It is caused by a trinucleotide repeat disorder, a multiplication of part of the genetic information (NFXF, 2008). In some instances, like this one, mutations occur where significant numbers of bases are added to a gene (Tortora et al., 226). The mutation occurs in the FMR1 gene, near the 5′ end of the gene in the DNA that makes up the X chromosome (American College of Medical Genetics, 1994). The repeats occur in the exon region of the gene, at the beginning of the FMR1 gene (NFXF, 2008). In a healthy individual, there is a normal repeat of the FMR1 gene. The repeat is in the CGG triplet and repeated about thirty times. A person having a premutation, will have a repeat of 55-200 CGG triplet. Someone with the mutation will have 200-800 repeat triplet patterns (NFXF, 2008). An individual with 45-55 repeats will be in the “gray zone” (ACMG, 1994). Normally, the FMR1 gene produces an important protein called FMRP, which is important in brain development. When the gene is turned off, through mutation, the individual does not make the protein or only a little, causing the symptoms of Fragile X Syndrome (Eunice Kennedy Shriver NICHHD, 2010). Researcher's suggest that the cause of Fragile X Syndrome does not lie mostly with the repeat of CGG. Instead, it lies with methylation (NFXF, 2008). Methylation is the process where methylases, an enzyme, adds a methyl group to selected bases after a particular DNA strand is made (Tortora, 231). However, if CGG is repeated more than 230 times, it does set in motion methylation of the FMR1 gene. This methylation will stop the synthesis of the FMRP protein from being produced. leading to Fragile X Syndrome (NFXF, 2008).

external image gen7043.gif

Click here to view video about what causes fragile x syndrome:
(CDC, 2006).

What are the Tests to Determine Fragile X Syndrome?

Prenatal Test:

A test can be performed to determine if an unborn child has Fragile X Syndrome. This test is usually performed to someone who is a carrier of the syndrome. There are two tests used to determine if a fetus has the syndrome: Chorionic Villus Sampling (CVS) or Amniocentesis (NFXF, 2011). Chorionic Villus Sampling is taking an example of the Chorionic Villi cells, which have the same genetic DNA as a baby's cell from the placenta and taking a biopsy of the cells. The cells are then checked for problems (CVS, 2008). To determine what test to use, it depends on how far along the mother is in her pregnancy. Usually around ten weeks, the CVS test is performed. Between sixteen and twenty weeks, the amniocentesis test is performed.

After Birth:

Two methods in determining Fragile X Syndrome are used. These include a Southern Blotting Test and a Polymerase Chain Reaction (PCR) test. A PCR test uses primers to enlarge a fragment of the DNA that contains the repeats. The test shows the estimated number of repeats present in each allele. It allows the accurate size of the alleles in the normal, premutatioon, or the “grey zone”. A couple of downsides to PCR is that depending on the size of the mutation, it could be difficult to examine and produce a detectable product in the PCR assay.

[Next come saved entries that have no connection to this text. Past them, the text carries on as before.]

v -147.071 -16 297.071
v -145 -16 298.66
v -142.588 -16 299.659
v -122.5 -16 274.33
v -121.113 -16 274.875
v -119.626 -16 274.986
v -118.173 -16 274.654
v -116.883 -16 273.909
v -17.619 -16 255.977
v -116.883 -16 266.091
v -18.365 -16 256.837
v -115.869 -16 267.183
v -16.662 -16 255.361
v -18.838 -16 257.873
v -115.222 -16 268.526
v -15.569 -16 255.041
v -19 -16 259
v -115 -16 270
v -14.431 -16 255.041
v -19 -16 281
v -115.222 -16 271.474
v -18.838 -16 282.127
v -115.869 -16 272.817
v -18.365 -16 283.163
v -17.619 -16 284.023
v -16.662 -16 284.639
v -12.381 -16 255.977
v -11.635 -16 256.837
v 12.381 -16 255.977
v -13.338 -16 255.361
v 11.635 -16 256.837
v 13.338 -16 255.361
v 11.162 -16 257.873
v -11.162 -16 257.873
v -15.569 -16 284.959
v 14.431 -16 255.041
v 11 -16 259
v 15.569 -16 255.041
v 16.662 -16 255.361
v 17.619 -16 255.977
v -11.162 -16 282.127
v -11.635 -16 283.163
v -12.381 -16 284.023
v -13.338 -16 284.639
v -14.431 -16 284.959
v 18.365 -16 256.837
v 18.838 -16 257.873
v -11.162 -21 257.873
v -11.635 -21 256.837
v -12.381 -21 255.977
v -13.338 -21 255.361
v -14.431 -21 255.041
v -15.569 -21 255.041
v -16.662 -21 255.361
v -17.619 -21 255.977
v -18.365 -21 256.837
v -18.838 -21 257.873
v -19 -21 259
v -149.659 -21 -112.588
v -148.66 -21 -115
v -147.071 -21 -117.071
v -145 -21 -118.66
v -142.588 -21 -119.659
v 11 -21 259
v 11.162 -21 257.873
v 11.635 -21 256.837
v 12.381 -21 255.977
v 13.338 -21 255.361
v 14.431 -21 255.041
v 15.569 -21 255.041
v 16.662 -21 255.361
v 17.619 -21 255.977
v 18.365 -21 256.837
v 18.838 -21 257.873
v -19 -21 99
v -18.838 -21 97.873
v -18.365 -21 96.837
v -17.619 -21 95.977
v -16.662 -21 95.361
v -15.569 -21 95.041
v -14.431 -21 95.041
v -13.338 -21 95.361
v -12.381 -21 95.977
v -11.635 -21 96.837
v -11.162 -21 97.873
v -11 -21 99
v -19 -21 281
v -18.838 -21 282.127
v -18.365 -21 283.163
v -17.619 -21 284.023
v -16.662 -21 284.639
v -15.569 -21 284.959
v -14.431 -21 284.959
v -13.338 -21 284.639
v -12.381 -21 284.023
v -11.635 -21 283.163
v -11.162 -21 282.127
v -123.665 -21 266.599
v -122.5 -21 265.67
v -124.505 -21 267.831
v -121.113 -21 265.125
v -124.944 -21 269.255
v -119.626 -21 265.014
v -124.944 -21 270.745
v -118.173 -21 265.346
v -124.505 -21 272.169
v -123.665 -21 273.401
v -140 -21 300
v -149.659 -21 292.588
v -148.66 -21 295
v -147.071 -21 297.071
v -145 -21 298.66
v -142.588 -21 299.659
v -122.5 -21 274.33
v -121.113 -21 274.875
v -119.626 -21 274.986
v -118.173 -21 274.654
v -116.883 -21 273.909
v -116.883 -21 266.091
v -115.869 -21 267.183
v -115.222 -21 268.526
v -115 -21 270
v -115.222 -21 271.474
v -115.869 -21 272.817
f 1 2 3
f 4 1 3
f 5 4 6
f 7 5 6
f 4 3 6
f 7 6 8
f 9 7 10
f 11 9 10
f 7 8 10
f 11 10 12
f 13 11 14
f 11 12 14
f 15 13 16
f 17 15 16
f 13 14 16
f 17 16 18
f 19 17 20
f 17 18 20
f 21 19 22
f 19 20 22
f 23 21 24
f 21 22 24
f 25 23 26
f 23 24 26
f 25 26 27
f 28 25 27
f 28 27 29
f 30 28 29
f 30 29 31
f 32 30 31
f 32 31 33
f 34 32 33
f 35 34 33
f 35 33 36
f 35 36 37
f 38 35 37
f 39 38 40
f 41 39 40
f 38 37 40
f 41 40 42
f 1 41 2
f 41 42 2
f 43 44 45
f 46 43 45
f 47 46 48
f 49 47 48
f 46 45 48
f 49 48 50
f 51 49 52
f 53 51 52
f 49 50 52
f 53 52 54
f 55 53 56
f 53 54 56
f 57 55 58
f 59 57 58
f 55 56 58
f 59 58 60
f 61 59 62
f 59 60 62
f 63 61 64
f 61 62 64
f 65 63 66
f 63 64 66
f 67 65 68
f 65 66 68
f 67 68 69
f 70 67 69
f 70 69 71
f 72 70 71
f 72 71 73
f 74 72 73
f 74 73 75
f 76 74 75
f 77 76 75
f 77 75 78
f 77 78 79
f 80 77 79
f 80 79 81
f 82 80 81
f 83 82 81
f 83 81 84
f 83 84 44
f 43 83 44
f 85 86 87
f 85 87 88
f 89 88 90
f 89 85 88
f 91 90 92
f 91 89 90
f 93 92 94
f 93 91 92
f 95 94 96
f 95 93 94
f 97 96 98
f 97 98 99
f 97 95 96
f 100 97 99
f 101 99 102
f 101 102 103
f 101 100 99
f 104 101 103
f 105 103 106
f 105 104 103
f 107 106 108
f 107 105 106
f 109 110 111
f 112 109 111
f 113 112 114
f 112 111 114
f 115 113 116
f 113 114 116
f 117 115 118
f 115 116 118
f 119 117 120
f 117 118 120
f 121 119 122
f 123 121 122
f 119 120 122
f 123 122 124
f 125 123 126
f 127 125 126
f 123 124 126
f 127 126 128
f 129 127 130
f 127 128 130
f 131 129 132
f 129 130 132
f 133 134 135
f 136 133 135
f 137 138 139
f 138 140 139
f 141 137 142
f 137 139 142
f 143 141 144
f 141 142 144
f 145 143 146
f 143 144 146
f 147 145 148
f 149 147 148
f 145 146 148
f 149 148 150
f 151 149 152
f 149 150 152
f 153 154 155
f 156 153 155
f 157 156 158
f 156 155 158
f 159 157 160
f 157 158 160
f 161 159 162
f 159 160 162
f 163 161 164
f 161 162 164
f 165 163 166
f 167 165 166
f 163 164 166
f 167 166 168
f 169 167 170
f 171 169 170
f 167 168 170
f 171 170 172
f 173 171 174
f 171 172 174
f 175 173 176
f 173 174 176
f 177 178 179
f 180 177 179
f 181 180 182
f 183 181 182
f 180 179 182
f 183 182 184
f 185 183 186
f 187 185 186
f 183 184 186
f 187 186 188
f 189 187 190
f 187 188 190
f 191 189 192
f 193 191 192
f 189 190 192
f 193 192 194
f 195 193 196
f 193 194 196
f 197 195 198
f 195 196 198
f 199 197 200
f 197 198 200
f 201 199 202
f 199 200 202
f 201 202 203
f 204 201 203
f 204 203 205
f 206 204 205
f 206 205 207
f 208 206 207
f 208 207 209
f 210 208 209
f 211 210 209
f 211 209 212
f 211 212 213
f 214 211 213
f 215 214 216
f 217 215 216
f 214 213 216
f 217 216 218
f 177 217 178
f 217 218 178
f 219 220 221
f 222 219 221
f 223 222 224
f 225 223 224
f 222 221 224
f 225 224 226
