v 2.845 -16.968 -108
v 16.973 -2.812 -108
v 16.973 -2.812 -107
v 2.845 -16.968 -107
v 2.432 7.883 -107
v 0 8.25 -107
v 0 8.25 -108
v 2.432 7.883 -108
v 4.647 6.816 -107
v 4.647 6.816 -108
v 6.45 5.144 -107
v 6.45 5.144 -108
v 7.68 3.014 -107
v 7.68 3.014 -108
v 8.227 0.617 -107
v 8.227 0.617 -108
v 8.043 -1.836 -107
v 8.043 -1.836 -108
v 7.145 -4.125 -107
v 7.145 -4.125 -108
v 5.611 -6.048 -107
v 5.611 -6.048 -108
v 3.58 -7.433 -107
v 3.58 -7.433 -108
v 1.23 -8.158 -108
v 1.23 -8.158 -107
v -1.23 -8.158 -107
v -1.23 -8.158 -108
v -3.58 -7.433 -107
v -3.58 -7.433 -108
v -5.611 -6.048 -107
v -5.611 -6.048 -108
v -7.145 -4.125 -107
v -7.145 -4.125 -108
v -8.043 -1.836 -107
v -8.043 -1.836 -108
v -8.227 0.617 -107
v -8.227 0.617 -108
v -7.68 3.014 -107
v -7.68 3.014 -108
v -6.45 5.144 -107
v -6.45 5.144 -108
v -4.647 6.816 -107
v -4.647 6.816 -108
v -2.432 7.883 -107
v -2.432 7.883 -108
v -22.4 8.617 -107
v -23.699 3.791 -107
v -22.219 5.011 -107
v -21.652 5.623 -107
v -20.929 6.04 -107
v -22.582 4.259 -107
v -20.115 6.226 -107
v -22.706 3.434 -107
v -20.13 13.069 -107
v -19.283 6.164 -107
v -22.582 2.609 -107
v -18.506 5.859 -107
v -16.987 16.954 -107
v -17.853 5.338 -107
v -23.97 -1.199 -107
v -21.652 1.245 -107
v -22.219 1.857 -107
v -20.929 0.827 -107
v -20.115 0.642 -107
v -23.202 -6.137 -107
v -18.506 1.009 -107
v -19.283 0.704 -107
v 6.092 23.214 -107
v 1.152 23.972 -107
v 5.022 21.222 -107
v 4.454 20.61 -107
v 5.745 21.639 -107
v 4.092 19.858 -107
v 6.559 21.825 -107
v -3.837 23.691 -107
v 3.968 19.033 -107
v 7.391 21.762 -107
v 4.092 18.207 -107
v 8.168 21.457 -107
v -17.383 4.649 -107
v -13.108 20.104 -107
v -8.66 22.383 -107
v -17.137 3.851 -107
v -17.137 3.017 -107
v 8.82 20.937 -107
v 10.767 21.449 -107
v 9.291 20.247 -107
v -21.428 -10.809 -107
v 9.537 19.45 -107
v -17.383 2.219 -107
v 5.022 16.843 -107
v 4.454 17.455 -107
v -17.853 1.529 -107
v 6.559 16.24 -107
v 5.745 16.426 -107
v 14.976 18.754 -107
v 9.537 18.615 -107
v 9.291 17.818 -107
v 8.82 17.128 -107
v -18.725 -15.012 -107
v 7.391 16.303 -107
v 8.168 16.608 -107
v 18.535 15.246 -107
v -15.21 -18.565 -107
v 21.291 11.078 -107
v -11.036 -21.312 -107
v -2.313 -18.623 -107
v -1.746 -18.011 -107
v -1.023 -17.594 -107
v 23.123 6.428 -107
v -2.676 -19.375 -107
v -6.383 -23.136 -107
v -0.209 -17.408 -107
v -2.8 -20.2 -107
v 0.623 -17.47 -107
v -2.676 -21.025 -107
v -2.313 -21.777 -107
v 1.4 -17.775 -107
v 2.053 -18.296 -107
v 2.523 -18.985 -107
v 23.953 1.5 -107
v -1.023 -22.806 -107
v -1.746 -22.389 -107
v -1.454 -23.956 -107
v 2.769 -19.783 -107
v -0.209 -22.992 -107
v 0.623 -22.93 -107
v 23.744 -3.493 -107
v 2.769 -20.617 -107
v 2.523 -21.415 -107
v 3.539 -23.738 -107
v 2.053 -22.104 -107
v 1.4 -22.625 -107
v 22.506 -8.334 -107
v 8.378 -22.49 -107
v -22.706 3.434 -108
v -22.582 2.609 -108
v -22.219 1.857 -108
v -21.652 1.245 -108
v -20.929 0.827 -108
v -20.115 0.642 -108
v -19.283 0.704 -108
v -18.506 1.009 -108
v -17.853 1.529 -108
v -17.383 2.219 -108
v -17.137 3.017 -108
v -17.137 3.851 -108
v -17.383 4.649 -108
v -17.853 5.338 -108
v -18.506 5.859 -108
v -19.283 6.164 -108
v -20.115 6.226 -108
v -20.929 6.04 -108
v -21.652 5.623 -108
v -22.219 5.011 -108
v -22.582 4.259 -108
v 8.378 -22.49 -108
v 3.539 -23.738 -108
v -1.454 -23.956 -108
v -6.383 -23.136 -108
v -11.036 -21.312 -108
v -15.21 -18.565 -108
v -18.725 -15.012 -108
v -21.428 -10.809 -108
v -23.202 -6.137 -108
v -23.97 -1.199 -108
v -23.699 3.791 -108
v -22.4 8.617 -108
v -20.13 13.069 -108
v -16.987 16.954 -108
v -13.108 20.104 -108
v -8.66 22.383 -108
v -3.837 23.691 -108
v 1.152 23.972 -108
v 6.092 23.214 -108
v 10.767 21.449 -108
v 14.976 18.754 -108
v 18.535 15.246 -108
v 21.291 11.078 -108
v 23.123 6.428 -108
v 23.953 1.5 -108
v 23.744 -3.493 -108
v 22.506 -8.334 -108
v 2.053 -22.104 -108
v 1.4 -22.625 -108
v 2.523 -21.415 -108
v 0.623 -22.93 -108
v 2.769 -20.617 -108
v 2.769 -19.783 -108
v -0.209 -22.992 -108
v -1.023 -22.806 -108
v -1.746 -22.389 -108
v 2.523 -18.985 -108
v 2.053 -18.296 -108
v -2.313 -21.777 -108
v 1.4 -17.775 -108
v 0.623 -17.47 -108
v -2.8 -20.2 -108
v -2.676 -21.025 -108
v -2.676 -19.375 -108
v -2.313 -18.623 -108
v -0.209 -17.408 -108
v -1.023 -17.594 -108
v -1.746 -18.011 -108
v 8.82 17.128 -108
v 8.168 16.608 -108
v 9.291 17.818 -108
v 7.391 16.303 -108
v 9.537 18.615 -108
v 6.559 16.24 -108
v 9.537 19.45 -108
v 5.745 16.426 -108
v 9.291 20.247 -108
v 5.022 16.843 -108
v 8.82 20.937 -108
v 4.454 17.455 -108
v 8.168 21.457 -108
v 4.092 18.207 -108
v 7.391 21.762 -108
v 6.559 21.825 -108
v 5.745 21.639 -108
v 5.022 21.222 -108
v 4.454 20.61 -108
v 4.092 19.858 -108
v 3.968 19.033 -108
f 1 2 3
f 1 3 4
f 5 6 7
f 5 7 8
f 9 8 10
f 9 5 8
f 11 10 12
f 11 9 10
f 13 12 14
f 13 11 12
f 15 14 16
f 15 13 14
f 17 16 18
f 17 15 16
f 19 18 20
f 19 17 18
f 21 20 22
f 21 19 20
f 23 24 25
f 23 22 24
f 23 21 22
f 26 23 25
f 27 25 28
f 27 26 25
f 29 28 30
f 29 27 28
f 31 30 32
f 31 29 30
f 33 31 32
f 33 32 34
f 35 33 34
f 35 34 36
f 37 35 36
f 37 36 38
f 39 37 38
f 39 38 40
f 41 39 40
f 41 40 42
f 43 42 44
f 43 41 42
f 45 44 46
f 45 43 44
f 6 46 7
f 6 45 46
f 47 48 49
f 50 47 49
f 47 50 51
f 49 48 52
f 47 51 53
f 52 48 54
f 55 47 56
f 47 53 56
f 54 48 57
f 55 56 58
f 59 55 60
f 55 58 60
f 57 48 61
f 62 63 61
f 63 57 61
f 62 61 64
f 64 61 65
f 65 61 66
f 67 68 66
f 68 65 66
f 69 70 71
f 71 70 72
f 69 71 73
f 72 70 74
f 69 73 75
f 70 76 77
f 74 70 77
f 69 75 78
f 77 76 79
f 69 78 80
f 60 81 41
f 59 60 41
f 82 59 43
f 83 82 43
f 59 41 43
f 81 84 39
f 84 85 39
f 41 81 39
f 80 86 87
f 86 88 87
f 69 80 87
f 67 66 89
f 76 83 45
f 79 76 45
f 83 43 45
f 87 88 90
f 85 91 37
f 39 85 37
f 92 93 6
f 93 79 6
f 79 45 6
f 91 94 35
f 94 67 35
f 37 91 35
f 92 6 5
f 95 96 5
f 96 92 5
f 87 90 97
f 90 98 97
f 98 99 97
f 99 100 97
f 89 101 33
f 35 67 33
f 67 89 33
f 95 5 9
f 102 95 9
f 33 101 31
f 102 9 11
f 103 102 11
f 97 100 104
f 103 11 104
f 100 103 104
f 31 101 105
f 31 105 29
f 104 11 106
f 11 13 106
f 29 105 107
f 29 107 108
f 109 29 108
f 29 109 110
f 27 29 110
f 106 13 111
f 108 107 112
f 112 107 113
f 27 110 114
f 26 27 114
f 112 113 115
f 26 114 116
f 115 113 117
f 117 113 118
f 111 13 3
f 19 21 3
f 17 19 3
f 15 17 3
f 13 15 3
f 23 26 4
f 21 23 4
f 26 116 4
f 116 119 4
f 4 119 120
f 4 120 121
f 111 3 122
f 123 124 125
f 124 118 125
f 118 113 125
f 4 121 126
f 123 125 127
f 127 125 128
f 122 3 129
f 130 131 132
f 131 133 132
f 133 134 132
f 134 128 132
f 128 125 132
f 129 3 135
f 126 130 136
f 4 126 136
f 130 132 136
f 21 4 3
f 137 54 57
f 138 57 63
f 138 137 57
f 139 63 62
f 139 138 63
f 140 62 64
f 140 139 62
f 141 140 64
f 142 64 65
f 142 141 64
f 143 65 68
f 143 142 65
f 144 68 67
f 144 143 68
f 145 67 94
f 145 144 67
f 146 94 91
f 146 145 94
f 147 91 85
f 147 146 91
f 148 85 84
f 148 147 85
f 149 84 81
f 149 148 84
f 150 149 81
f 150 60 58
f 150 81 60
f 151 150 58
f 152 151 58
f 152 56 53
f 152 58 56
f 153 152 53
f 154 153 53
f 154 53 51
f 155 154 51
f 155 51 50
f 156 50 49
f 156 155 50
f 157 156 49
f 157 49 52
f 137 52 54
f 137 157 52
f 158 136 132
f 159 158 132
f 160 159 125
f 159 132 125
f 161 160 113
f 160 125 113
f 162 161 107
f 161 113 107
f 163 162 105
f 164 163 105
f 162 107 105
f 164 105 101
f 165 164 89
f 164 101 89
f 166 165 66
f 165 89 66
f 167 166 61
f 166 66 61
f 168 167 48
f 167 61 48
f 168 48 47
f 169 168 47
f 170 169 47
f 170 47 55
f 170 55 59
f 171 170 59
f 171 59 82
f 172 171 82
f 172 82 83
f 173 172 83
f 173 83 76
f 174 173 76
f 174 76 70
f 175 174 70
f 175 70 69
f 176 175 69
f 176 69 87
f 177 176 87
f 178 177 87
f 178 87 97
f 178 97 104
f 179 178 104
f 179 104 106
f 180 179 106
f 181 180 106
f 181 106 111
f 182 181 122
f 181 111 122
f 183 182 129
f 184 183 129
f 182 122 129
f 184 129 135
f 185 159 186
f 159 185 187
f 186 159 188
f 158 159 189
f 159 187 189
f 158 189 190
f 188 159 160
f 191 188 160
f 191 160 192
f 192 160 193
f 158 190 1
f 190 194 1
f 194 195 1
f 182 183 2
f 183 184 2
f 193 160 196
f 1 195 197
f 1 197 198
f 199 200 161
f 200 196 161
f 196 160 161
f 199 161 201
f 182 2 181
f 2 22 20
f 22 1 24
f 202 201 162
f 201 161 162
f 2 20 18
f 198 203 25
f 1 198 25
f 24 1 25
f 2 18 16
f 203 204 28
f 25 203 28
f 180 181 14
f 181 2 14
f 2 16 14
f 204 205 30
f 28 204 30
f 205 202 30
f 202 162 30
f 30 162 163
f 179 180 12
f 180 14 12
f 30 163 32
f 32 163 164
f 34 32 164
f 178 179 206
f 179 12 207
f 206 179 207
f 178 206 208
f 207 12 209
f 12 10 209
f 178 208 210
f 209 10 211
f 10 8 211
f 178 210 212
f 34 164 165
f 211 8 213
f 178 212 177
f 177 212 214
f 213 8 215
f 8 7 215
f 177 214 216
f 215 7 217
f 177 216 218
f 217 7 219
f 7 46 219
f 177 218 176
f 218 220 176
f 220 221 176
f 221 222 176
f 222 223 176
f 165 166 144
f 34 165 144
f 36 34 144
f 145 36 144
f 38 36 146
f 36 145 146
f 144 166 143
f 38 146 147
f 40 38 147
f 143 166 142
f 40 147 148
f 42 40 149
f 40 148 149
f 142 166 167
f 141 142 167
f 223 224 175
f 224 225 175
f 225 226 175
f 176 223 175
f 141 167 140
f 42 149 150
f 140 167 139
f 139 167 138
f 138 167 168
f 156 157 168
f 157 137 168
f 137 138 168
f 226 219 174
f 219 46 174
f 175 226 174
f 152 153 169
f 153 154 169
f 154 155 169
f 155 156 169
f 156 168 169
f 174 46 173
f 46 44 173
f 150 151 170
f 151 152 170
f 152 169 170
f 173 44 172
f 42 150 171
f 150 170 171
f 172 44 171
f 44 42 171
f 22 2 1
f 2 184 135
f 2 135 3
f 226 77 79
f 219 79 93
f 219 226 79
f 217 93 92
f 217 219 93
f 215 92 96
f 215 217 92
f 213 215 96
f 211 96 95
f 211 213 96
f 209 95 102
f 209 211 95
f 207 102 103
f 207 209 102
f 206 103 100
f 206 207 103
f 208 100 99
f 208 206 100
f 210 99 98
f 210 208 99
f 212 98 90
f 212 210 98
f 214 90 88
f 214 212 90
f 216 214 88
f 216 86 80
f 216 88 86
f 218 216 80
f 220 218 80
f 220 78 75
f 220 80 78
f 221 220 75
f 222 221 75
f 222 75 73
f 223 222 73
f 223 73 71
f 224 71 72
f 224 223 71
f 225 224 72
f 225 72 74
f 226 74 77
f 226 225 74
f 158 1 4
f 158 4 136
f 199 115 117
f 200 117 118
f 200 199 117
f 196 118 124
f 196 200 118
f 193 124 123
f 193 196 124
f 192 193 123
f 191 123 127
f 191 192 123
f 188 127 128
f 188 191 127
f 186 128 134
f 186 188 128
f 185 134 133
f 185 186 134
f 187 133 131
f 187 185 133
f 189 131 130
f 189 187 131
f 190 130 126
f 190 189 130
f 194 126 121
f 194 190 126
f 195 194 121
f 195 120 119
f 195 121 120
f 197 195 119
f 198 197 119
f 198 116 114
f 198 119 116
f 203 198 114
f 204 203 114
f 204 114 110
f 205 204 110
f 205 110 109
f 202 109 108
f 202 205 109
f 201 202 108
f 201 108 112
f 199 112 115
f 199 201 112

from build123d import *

# Parameters (mm, degrees)
SKETCH3_R               = 2.8
CUT_EXTRUDE2_DEPTH      = 3.25
CUT_EXTRUDE3_DEPTH      = 2
CUT_EXTRUDE4_DEPTH      = 188.637949253
CUT_EXTRUDE4_DEPTH_BACK = 188.637949253
SKETCH5_R               = 8.25
CUT_EXTRUDE5_DEPTH      = 115.087685576
CUT_EXTRUDE5_DEPTH_BACK = 115.087685576
SKETCH6_W               = 80.378885923
SKETCH6_H               = 187.007266033


with BuildPart() as part:
    # Sketch1 → Revolve1 (revolve)
    with BuildSketch(Plane(origin=(0, 0, 0), x_dir=(0, 0, -1), z_dir=(1, 0, 0)), mode=Mode.PRIVATE) as revolve1_sk:
        Polygon((-76, 0), (124.5, 0), (124.5, 4), (109, 4), (109, 8), (108, 8), (108, 24), (104, 24), (104, 25), (0, 25), (0, 26), (-50, 26), (-50, 9), (-52, 9), (-52, 6), (-76, 6), align=None)
    revolve(revolve1_sk.sketch.rotate(Axis((0, 0, 76), (0, 0, -1)), 180), axis=Axis((0, 0, 76), (0, 0, -1)))

    # Sketch3 → Cut-Extrude2 (cut)
    with BuildSketch(Plane.XY.offset(-108)):
        with Locations(Location((6.767859423, 19.032500593, 0), (0, 0, 180))):
            Circle(SKETCH3_R)
        with Locations(Location((-19.905985431, 3.433910891, 0), (0, 0, 180))):
            Circle(SKETCH3_R)
        with Locations(Location((0, -20.2, 0), (0, 0, 180))):
            Circle(SKETCH3_R)
    extrude(amount=CUT_EXTRUDE2_DEPTH, mode=Mode.SUBTRACT)

    # Sketch4 → Cut-Extrude3 (cut)
    with BuildSketch(Plane(origin=(0, 0, -108), x_dir=(-1, 0, 0), z_dir=(0, 0, -1))):
        Polygon((-22.506441861, -8.334271099), (-16.973308635, -2.811902197), (-2.844949371, -16.967800773), (-8.378082597, -22.490169675), (-11.338488517, -25.444816332), (-25.466847781, -11.288917756), align=None)
    extrude(amount=-CUT_EXTRUDE3_DEPTH, mode=Mode.SUBTRACT)

    # Sketch5 → Cut-Extrude4 (cut, two sides: drawn at the far end of the back side and taken through both)
    with BuildSketch(Plane(origin=(0, 0, -108), x_dir=(-1, 0, 0), z_dir=(0, 0, -1)).offset(-CUT_EXTRUDE4_DEPTH_BACK)):
        with Locations(Location((0, 0, 0), (0, 0, 90))):
            Circle(SKETCH5_R)
    extrude(amount=CUT_EXTRUDE4_DEPTH + CUT_EXTRUDE4_DEPTH_BACK, mode=Mode.SUBTRACT)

A Southern Blotting test enables a view of the repeat segment and methylation status to be assayed at the same time. A methylation-sensitive restriction enzyme is used to cleave methylated sites to determine the difference between methylated and unmethylated alleles. A downside to Southern Blotting is that it is more labor intensive than PCR and needs more genomic DNA. It does not allow the exact size ranges of alleles, but will give an accurate size. Many labs have both test available, but will determine which one to use under the proper circumstances (ACMG, 1994).

What is the Cure for Fragile X Syndrome?

At this time there is no cure for Fragile X Syndrome. What can be done, however, is early treatment. The sooner a child with Fragile X Syndrome can get help, the better. A child’s brain is still developing when they are young, so they will have the best chances to develop their potential. The different treatments children can get are: appropriate education, behavioral or physical therapy, and medication (Eunice Kennedy Shriver NICHHD, 2006). Among these treatments there are others, such as, occupational therapy and medicines that help with aggression, anxiety, hyperactivity, and poor attention span. Although these tests are available, it is important to assess the person’s capacity and struggles to plan a treatment to fit their specific needs (NFXF, 2011).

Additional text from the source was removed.